■ PROBLEM DESCRIPTION
Return, word for word, the lines of the listing below from the one with "v 1.827 1514.664 50" through the one with "v -7.73 1503.666 0", and no other lines.

■ SUPPLIED RECORDS
^^^^

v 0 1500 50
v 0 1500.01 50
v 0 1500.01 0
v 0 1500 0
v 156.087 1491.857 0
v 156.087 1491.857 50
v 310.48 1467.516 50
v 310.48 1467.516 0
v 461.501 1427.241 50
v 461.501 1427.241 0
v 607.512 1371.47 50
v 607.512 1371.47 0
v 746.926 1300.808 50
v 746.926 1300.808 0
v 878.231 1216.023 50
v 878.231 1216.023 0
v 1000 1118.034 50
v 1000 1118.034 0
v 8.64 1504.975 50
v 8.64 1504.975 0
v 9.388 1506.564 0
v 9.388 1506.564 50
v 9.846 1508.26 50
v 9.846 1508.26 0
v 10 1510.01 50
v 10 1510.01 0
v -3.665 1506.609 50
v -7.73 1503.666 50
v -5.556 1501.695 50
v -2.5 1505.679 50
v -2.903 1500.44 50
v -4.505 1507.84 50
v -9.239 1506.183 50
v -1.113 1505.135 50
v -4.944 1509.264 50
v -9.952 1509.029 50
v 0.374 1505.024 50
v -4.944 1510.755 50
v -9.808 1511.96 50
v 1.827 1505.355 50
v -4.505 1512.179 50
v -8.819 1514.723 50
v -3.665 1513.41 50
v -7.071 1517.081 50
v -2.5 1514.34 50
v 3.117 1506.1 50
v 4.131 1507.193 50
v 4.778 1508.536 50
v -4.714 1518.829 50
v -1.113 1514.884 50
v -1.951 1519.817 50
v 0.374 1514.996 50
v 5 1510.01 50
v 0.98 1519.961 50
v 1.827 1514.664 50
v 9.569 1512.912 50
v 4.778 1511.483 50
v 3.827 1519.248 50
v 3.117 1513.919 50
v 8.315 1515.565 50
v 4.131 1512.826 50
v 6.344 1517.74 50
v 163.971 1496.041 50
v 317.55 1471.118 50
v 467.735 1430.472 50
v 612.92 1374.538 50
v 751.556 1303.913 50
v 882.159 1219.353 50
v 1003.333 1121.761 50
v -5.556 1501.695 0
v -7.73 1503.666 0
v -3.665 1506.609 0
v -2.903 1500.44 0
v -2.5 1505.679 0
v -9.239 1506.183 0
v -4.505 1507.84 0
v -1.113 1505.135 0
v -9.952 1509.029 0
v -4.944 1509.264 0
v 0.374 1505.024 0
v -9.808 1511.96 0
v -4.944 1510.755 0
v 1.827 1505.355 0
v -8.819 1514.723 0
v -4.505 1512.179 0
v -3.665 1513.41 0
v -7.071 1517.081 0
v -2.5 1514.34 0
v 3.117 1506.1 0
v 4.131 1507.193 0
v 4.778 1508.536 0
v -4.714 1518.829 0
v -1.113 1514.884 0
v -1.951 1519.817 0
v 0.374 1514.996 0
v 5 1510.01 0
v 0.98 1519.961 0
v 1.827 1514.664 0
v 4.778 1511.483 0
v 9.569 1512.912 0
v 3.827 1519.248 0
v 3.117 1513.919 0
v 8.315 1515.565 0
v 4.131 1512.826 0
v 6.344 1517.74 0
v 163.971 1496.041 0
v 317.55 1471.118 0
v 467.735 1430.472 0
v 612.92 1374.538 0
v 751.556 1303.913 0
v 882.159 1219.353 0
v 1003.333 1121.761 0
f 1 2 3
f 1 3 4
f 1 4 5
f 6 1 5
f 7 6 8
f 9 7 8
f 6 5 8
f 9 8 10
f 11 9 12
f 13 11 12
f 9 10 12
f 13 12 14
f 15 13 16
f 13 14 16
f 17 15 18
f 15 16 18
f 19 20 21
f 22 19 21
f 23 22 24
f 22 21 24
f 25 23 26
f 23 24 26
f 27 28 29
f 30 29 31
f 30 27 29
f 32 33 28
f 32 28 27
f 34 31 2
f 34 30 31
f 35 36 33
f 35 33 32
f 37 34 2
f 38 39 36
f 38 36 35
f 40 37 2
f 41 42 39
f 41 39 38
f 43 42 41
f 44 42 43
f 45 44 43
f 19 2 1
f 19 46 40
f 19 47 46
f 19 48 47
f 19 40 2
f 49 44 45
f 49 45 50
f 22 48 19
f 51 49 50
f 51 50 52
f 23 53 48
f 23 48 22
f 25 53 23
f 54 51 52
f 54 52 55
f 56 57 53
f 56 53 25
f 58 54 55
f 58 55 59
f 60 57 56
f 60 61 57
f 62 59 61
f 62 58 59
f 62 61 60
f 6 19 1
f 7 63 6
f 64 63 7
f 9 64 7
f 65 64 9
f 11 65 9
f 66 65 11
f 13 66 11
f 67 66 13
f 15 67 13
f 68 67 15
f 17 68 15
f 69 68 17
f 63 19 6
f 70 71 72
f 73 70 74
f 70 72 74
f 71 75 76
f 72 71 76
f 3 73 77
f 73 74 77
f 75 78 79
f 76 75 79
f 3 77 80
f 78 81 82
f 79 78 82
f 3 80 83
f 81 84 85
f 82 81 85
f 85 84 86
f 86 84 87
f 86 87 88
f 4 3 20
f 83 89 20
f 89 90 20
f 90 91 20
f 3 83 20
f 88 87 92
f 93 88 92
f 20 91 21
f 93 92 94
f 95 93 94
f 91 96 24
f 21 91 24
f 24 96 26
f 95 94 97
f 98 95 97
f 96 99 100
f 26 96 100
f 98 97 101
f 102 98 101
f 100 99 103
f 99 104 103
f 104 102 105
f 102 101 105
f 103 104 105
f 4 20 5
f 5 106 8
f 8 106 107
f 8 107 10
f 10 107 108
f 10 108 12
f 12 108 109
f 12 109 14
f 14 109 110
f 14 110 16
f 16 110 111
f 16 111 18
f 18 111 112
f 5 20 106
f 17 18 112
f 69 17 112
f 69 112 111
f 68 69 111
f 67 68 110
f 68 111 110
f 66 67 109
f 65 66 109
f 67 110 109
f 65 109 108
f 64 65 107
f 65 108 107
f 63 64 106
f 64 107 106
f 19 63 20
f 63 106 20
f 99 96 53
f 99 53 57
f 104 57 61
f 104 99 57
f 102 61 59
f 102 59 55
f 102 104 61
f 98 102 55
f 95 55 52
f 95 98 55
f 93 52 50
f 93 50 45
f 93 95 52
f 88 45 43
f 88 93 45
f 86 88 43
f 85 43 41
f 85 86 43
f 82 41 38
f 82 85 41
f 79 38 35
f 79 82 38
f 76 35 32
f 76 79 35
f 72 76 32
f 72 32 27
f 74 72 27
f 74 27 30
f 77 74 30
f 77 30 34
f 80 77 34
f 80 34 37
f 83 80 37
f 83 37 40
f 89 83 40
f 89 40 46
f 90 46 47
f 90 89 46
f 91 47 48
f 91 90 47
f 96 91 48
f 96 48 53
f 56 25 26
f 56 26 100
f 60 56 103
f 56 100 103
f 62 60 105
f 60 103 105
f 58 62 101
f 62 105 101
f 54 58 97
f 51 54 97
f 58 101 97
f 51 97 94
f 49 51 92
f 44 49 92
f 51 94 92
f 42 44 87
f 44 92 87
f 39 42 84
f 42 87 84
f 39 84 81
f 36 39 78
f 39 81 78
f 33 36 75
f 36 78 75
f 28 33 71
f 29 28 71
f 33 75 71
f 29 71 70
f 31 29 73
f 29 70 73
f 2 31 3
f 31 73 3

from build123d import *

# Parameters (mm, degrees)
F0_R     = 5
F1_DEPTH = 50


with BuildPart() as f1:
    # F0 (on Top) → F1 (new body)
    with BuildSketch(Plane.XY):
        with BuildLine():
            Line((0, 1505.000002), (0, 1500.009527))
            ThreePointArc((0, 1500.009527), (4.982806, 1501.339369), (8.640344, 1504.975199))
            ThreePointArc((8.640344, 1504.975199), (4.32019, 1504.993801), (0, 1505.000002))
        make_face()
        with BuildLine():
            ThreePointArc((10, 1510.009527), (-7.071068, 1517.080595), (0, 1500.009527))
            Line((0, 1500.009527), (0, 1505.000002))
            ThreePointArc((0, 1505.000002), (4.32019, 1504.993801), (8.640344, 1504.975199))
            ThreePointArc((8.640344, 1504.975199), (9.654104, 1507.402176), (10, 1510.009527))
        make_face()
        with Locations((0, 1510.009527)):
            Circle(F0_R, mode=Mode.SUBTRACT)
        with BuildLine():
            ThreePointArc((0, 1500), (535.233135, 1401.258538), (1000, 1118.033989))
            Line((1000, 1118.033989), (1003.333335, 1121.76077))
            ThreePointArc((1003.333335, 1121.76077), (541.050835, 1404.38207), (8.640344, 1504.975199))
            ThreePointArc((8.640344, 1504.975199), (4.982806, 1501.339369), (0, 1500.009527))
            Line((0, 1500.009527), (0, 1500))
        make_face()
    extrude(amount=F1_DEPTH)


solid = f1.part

^^^^

■ ANSWER TO THE PROBLEM
v 1.827 1514.664 50
v 9.569 1512.912 50
v 4.778 1511.483 50
v 3.827 1519.248 50
v 3.117 1513.919 50
v 8.315 1515.565 50
v 4.131 1512.826 50
v 6.344 1517.74 50
v 163.971 1496.041 50
v 317.55 1471.118 50
v 467.735 1430.472 50
v 612.92 1374.538 50
v 751.556 1303.913 50
v 882.159 1219.353 50
v 1003.333 1121.761 50
v -5.556 1501.695 0
v -7.73 1503.666 0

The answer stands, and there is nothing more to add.